Kasich, who also made the pledge, appeared to back away from his promise as well.

"Frankly, all of us shouldn't even have answered that question," Kasich said late Tuesday, referring to when candidates where asked to make the pledge at the first GOP debate in August.

Trump was the most definitive on revoking the pledge.

"No, I don't anymore," he told CNN's Anderson Cooper on Tuesday when asked if he continued to support the eventual nominee.  

"I have been treated very unfairly," Trump continued. Asked by whom, Trump responded, "basically by the [Republican National Committee], the Republican Party, the establishment." 

The businessman on Wednesday morning reiterated that his support for the Republican nominee is conditional. 

"I just want to see who the GOP nominee is," Trump said on ABC's "Good Morning America.”

The RNC engineered the loyalty pledge last summer after Trump floated the possibility of running as a third-party candidate in an interview with The Hill. 

After facing pressure, the businessman made a show of signing the pledge, holding an impromptu press conference at Trump Tower where he held up the paper for the world to see.

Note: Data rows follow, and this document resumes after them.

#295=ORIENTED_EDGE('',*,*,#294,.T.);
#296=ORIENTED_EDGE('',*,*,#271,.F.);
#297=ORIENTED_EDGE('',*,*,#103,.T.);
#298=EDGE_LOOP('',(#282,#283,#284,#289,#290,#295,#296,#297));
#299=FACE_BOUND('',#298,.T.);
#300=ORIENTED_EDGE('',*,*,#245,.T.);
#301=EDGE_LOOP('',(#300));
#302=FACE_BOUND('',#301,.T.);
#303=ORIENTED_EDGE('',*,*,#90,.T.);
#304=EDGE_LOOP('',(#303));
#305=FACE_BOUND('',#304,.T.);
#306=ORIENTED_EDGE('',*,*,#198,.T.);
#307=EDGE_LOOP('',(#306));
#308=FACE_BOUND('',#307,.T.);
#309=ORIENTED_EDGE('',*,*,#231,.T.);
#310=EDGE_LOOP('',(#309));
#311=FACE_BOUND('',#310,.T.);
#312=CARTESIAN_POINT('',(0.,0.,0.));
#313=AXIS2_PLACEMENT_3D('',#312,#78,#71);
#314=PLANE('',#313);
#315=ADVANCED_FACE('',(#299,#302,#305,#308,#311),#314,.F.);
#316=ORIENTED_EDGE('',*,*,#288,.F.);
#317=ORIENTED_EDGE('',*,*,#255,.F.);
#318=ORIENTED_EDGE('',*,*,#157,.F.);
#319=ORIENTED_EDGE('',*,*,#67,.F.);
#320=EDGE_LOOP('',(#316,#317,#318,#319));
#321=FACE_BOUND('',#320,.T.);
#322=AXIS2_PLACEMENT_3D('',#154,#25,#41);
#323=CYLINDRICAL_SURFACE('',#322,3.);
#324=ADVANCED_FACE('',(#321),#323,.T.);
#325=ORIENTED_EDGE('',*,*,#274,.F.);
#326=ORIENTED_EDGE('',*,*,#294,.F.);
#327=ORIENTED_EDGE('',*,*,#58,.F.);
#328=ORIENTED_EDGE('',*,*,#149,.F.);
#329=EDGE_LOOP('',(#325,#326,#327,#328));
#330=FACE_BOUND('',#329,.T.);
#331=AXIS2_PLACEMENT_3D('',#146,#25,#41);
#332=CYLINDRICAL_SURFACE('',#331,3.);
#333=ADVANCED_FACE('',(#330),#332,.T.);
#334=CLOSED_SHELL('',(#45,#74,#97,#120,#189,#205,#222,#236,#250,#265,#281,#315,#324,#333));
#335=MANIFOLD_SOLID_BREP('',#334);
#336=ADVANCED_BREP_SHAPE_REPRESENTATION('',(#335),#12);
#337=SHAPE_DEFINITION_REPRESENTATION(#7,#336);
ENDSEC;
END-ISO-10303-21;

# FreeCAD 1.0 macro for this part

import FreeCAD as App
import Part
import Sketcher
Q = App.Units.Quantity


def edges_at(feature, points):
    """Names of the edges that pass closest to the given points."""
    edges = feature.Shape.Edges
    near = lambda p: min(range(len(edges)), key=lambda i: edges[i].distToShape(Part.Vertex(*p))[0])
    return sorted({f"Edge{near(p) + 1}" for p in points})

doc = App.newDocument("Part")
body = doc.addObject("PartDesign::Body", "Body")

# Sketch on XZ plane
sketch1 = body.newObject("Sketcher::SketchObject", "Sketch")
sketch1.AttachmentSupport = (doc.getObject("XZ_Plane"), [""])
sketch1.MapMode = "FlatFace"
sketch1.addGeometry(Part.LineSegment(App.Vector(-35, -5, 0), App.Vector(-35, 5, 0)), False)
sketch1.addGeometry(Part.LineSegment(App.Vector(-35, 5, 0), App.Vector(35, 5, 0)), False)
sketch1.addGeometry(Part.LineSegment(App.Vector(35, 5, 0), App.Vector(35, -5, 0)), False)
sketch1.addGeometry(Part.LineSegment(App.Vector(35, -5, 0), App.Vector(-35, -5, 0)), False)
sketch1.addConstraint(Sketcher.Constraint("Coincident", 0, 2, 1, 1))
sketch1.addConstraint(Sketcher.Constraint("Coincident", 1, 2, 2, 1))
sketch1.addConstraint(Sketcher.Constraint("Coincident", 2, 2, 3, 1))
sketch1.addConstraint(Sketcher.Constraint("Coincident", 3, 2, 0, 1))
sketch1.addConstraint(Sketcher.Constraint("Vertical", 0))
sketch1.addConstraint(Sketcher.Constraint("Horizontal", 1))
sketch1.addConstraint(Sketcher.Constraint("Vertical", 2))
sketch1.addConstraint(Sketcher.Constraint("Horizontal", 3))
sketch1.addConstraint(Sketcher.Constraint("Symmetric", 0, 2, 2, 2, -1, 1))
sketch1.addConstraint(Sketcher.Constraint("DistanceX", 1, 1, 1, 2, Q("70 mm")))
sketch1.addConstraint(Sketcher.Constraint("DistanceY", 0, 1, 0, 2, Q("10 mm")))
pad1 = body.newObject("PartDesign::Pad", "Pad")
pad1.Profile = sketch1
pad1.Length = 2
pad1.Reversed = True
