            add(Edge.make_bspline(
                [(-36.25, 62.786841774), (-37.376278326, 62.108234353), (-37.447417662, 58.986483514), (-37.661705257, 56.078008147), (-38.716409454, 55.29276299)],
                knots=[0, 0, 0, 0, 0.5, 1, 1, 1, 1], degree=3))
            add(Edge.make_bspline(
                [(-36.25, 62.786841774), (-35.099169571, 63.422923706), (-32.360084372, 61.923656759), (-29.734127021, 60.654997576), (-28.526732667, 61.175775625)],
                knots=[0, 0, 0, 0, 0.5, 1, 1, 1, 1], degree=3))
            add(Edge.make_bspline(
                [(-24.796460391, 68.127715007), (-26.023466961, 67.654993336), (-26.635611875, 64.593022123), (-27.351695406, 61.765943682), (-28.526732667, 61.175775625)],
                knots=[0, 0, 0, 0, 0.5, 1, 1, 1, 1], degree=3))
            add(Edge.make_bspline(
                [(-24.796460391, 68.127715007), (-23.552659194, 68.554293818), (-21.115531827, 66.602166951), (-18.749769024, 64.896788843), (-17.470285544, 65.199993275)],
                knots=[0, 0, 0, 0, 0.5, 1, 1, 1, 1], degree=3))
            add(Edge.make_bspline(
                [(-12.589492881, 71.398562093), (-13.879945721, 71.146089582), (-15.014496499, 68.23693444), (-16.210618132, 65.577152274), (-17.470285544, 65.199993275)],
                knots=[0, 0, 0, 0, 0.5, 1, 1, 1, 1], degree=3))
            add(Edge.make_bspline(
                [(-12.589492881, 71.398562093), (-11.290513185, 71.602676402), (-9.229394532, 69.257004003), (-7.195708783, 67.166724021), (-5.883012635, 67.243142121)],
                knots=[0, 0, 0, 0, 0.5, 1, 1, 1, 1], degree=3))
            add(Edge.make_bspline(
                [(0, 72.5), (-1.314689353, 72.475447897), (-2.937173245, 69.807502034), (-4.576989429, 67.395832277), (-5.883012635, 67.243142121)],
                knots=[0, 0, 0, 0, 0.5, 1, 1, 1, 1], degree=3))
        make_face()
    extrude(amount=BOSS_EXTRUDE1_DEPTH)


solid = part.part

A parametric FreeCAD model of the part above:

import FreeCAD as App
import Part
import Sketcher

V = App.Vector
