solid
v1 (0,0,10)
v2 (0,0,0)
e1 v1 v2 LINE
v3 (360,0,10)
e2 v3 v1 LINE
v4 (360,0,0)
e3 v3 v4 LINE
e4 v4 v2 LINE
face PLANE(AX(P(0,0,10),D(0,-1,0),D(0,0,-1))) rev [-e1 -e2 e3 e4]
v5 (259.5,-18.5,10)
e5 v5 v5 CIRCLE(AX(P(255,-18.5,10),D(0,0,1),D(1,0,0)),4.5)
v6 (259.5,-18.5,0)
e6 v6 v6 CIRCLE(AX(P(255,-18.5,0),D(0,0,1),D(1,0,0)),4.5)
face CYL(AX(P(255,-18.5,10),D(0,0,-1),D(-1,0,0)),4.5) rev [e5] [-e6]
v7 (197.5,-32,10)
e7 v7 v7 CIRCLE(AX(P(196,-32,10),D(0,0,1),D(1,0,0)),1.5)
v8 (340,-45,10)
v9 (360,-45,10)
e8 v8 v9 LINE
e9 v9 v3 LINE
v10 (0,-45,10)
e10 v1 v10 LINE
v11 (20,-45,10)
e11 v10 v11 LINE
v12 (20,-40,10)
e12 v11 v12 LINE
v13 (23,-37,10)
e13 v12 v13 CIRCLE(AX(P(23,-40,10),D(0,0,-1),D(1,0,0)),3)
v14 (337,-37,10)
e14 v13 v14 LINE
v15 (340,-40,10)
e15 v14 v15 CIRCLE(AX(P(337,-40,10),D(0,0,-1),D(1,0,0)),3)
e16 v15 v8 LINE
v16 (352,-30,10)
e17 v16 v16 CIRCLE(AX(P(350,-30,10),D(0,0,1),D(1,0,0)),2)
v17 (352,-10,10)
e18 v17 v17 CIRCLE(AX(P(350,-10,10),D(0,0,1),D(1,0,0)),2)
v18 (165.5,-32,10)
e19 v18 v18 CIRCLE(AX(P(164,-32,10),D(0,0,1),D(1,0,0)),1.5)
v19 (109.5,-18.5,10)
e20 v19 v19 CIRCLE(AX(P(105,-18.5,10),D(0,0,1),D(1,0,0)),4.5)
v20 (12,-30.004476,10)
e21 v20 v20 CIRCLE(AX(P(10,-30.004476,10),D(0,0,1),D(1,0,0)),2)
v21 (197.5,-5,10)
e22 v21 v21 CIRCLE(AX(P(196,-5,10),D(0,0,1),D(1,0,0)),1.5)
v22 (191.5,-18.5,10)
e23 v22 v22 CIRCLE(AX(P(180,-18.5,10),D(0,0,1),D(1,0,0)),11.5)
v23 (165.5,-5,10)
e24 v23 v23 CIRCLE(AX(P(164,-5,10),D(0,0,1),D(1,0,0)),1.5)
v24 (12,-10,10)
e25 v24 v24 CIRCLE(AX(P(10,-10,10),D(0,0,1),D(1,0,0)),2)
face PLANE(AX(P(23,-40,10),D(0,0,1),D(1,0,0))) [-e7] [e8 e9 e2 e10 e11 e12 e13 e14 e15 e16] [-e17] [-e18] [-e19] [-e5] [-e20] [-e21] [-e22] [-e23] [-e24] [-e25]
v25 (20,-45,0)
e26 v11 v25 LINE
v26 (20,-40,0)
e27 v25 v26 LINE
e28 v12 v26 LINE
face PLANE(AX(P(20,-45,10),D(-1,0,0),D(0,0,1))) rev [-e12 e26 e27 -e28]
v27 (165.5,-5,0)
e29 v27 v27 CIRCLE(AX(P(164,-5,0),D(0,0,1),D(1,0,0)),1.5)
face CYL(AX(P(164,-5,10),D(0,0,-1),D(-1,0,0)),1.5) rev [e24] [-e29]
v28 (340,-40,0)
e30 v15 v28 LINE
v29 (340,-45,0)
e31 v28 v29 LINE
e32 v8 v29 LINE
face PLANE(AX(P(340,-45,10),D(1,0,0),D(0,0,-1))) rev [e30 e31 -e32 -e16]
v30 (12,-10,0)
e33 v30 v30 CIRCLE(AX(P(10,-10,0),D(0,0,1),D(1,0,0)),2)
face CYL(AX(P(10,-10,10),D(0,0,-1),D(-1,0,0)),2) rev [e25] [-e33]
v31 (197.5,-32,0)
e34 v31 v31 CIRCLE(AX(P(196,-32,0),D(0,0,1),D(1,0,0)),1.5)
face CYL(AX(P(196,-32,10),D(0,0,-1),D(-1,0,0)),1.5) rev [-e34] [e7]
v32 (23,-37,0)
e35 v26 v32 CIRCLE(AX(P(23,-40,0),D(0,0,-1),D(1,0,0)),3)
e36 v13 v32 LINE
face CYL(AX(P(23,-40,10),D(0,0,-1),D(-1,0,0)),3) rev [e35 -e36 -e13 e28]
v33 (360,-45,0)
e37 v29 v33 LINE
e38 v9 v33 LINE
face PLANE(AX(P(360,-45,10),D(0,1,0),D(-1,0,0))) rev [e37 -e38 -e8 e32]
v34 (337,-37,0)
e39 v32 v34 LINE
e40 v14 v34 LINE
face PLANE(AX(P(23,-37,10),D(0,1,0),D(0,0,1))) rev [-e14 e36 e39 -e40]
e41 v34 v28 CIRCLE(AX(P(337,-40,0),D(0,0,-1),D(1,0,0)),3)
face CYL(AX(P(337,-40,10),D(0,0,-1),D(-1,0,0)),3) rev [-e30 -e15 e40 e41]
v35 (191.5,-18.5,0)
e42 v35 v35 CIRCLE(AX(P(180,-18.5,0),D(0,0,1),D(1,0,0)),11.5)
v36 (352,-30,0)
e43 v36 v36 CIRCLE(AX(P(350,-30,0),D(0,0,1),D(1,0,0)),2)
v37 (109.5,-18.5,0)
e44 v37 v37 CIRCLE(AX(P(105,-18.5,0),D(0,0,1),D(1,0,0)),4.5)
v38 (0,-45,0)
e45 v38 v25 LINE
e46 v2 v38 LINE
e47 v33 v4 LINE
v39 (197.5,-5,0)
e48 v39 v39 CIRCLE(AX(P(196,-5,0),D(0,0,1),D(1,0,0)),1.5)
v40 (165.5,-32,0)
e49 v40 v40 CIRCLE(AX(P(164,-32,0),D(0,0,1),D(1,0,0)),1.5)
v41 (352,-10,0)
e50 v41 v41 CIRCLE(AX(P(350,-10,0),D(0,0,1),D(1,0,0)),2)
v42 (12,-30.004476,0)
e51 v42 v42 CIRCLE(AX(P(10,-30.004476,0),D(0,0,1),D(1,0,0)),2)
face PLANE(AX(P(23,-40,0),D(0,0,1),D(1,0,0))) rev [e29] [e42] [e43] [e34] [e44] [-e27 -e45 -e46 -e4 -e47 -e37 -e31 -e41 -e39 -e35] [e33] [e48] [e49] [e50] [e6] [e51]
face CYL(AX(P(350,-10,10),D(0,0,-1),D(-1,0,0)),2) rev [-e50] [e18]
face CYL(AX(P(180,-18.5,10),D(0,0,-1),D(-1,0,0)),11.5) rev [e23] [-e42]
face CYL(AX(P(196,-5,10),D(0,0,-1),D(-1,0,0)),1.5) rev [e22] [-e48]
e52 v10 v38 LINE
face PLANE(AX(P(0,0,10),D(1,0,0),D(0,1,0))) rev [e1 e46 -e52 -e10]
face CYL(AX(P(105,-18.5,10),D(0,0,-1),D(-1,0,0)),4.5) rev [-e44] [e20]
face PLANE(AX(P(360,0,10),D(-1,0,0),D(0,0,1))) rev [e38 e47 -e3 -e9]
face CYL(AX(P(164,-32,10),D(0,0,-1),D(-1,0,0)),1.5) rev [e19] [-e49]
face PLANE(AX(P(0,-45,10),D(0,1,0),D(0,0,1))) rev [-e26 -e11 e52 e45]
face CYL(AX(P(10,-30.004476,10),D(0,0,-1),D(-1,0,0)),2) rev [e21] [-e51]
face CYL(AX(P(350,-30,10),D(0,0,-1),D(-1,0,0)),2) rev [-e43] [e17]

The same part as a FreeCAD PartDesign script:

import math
import FreeCAD as App
import Part
import Sketcher
from FreeCAD import Vector
Q = App.Units.Quantity

doc = App.newDocument("Part")
body = doc.addObject("PartDesign::Body", "Body")

# Sketch on XY plane
sketch1 = doc.addObject("Sketcher::SketchObject", "Sketch")
body.addObject(sketch1)
sketch1.AttachmentSupport = (doc.XY_Plane, [""])
sketch1.MapMode = "FlatFace"
sketch1.addGeometry(Part.LineSegment(Vector(360, 0, 0), Vector(0, 0, 0)), False)
sketch1.addGeometry(Part.LineSegment(Vector(0, 0, 0), Vector(0, -45, 0)), False)
sketch1.addGeometry(Part.LineSegment(Vector(0, -45, 0), Vector(20, -45, 0)), False)
sketch1.addGeometry(Part.LineSegment(Vector(20, -45, 0), Vector(20, -40, 0)), False)
sketch1.addGeometry(Part.ArcOfCircle(Part.Circle(Vector(23, -40, 0), Vector(0, 0, 1), 3), math.radians(90), math.radians(180)), False)
sketch1.addGeometry(Part.LineSegment(Vector(23, -37, 0), Vector(337, -37, 0)), False)
sketch1.addGeometry(Part.ArcOfCircle(Part.Circle(Vector(337, -40, 0), Vector(0, 0, 1), 3), math.radians(0), math.radians(90)), False)
sketch1.addGeometry(Part.LineSegment(Vector(340, -40, 0), Vector(340, -45, 0)), False)
sketch1.addGeometry(Part.LineSegment(Vector(340, -45, 0), Vector(360, -45, 0)), False)
sketch1.addGeometry(Part.LineSegment(Vector(360, -45, 0), Vector(360, 0, 0)), False)
sketch1.addGeometry(Part.Circle(Vector(350, -30, 0), Vector(0, 0, 1), 2), False)
sketch1.addGeometry(Part.Circle(Vector(196, -32, 0), Vector(0, 0, 1), 1.5), False)
sketch1.addGeometry(Part.Circle(Vector(164, -32, 0), Vector(0, 0, 1), 1.5), False)
sketch1.addGeometry(Part.Circle(Vector(10, -30.004476, 0), Vector(0, 0, 1), 2), False)
sketch1.addGeometry(Part.Circle(Vector(255, -18.5, 0), Vector(0, 0, 1), 4.5), False)
sketch1.addGeometry(Part.Circle(Vector(350, -10, 0), Vector(0, 0, 1), 2), False)
sketch1.addGeometry(Part.Circle(Vector(196, -5, 0), Vector(0, 0, 1), 1.5), False)
sketch1.addGeometry(Part.Circle(Vector(180, -18.5, 0), Vector(0, 0, 1), 11.5), False)
sketch1.addGeometry(Part.Circle(Vector(105, -18.5, 0), Vector(0, 0, 1), 4.5), False)
sketch1.addGeometry(Part.Circle(Vector(164, -5, 0), Vector(0, 0, 1), 1.5), False)
sketch1.addGeometry(Part.Circle(Vector(10, -10, 0), Vector(0, 0, 1), 2), False)
sketch1.addConstraint(Sketcher.Constraint("Coincident", 0, 2, 1, 1))
sketch1.addConstraint(Sketcher.Constraint("Coincident", 1, 2, 2, 1))
sketch1.addConstraint(Sketcher.Constraint("Coincident", 2, 2, 3, 1))
sketch1.addConstraint(Sketcher.Constraint("Tangent", 3, 2, 4, 2))
sketch1.addConstraint(Sketcher.Constraint("Tangent", 4, 1, 5, 1))
sketch1.addConstraint(Sketcher.Constraint("Tangent", 5, 2, 6, 2))
sketch1.addConstraint(Sketcher.Constraint("Tangent", 6, 1, 7, 1))
sketch1.addConstraint(Sketcher.Constraint("Coincident", 7, 2, 8, 1))
sketch1.addConstraint(Sketcher.Constraint("Coincident", 8, 2, 9, 1))
sketch1.addConstraint(Sketcher.Constraint("Coincident", 9, 2, 0, 1))
sketch1.addConstraint(Sketcher.Constraint("Horizontal", 0))
sketch1.addConstraint(Sketcher.Constraint("Vertical", 1))
sketch1.addConstraint(Sketcher.Constraint("Horizontal", 2))
sketch1.addConstraint(Sketcher.Constraint("Vertical", 3))
sketch1.addConstraint(Sketcher.Constraint("Horizontal", 5))
sketch1.addConstraint(Sketcher.Constraint("Vertical", 7))
sketch1.addConstraint(Sketcher.Constraint("Horizontal", 8))
sketch1.addConstraint(Sketcher.Constraint("Vertical", 9))
sketch1.addConstraint(Sketcher.Constraint("Coincident", 0, 2, -1, 1))
sketch1.addConstraint(Sketcher.Constraint("Equal", 4, 6))
sketch1.addConstraint(Sketcher.Constraint("Equal", 11, 12))
sketch1.addConstraint(Sketcher.Constraint("Equal", 10, 13))
sketch1.addConstraint(Sketcher.Constraint("Equal", 13, 15))
sketch1.addConstraint(Sketcher.Constraint("Equal", 12, 16))
sketch1.addConstraint(Sketcher.Constraint("Equal", 14, 18))
sketch1.addConstraint(Sketcher.Constraint("Equal", 16, 19))
sketch1.addConstraint(Sketcher.Constraint("Equal", 15, 20))
sketch1.addConstraint(Sketcher.Constraint("Horizontal", 11, 3, 12, 3))
sketch1.addConstraint(Sketcher.Constraint("Horizontal", 14, 3, 17, 3))
sketch1.addConstraint(Sketcher.Constraint("Horizontal", 17, 3, 18, 3))
sketch1.addConstraint(Sketcher.Constraint("Horizontal", 16, 3, 19, 3))
sketch1.addConstraint(Sketcher.Constraint("Horizontal", 15, 3, 20, 3))
sketch1.addConstraint(Sketcher.Constraint("Horizontal", 2, 2, 7, 2))
sketch1.addConstraint(Sketcher.Constraint("Vertical", 10, 3, 15, 3))
sketch1.addConstraint(Sketcher.Constraint("Vertical", 11, 3, 16, 3))
sketch1.addConstraint(Sketcher.Constraint("Vertical", 12, 3, 19, 3))
sketch1.addConstraint(Sketcher.Constraint("Vertical", 13, 3, 20, 3))
sketch1.addConstraint(Sketcher.Constraint("Equal", 2, 8))
sketch1.addConstraint(Sketcher.Constraint("Diameter", 10, Q("4 mm")))
sketch1.addConstraint(Sketcher.Constraint("Diameter", 11, Q("3 mm")))
sketch1.addConstraint(Sketcher.Constraint("Diameter", 14, Q("9 mm")))
sketch1.addConstraint(Sketcher.Constraint("Diameter", 17, Q("23 mm")))
sketch1.addConstraint(Sketcher.Constraint("Radius", 4, Q("3 mm")))
sketch1.addConstraint(Sketcher.Constraint("DistanceX", 0, 2, 0, 1, Q("360 mm")))
sketch1.addConstraint(Sketcher.Constraint("DistanceX", 2, 1, 2, 2, Q("20 mm")))
sketch1.addConstraint(Sketcher.Constraint("DistanceY", 1, 2, 1, 1, Q("45 mm")))
sketch1.addConstraint(Sketcher.Constraint("DistanceY", 3, 1, 3, 2, Q("5 mm")))
sketch1.addConstraint(Sketcher.Constraint("DistanceX", -1, 1, 10, 3, Q("350 mm")))
sketch1.addConstraint(Sketcher.Constraint("DistanceY", 10, 3, -1, 1, Q("30 mm")))
sketch1.addConstraint(Sketcher.Constraint("DistanceX", -1, 1, 11, 3, Q("196 mm")))
sketch1.addConstraint(Sketcher.Constraint("DistanceY", 11, 3, -1, 1, Q("32 mm")))
sketch1.addConstraint(Sketcher.Constraint("DistanceX", -1, 1, 12, 3, Q("164 mm")))
sketch1.addConstraint(Sketcher.Constraint("DistanceX", -1, 1, 13, 3, Q("10 mm")))
sketch1.addConstraint(Sketcher.Constraint("DistanceX", -1, 1, 14, 3, Q("255 mm")))
sketch1.addConstraint(Sketcher.Constraint("DistanceY", 15, 3, -1, 1, Q("10 mm")))
sketch1.addConstraint(Sketcher.Constraint("DistanceY", 16, 3, -1, 1, Q("5 mm")))
sketch1.addConstraint(Sketcher.Constraint("DistanceX", -1, 1, 17, 3, Q("180 mm")))
sketch1.addConstraint(Sketcher.Constraint("DistanceX", -1, 1, 18, 3, Q("105 mm")))
sketch1.addConstraint(Sketcher.Constraint("DistanceY", 14, 3, -1, 1, Q("18.5 mm")))
sketch1.addConstraint(Sketcher.Constraint("DistanceY", 13, 3, -1, 1, Q("30.004476 mm")))
pad1 = doc.addObject("PartDesign::Pad", "Pad")
body.addObject(pad1)
pad1.Profile = sketch1
pad1.Length = 10

doc.recompute()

But the businessman insists his pledge was conditional on being treated fairly by the Republican Party — something he says hasn’t happened, now that there is a movement to deny him the nomination.

Trump's opponents have launched a large-scale effort to prevent him from reaching the 1,237 delegates he needs to win, which would force a contested convention for the nomination in July.

"The pledge was always pretty hollow to begin with," said Rory Cooper, a former House GOP leadership aide who is now advising the new #NeverTrump super-PAC. "I'm happy that it's behind us." 

"Nobody expects Donald Trump to be a man of his word in any sense. That would certainly apply to the pledge as well," Cooper said. 

The #NeverTrump super-PAC aims to deny Trump delegates with strategic ad buys. The group is now running ads in Wisconsin supporting Cruz, plans to support Cruz in California and may support Kasich in Pennsylvania.

Trump has 736 delegates so far, according to The Associated Press’s delegate tracker. Based on current projections, GOP strategist Ford O'Connell said Trump is likely to either barely reach 1,237 or fall just short.

If Trump manages to win the nomination outright, it’s likely that a group of Republicans will break away, potentially putting forward a third-party candidate.

But if a contested convention results in Trump losing the nomination despite leading in delegates, it’s an open question whether he — and his supporters —would rally behind the nominee in the general election

"It's going to be a fight. It's going to be embarrassing for us," Payne added about the possibility of a convention fight that could "play out in prime time."

Many Republicans strategists say they don't think Trump will attempt a third-party bid if he fails to win the nomination, given that it’s too late to get on the ballot in most states. 

But should Trump opt for a write-in campaign, it could effectively dash any Republican hopes of beating the Democratic candidate.

"Republicans — the core Republicans — are going to rally around” the nominee no matter who it is, O'Connell insisted.

Still, "the enthusiasm is with Trump. How other candidates might pick that up if they're the nominee is an open question," O'Connell added.

Democrats are watching the spectacle unfold with glee.  

"Friendly reminder that the GOP candidates don't even want to vote for the GOP candidates," former Rep. John Dingell (D-Mich.) tweeted late Tuesday.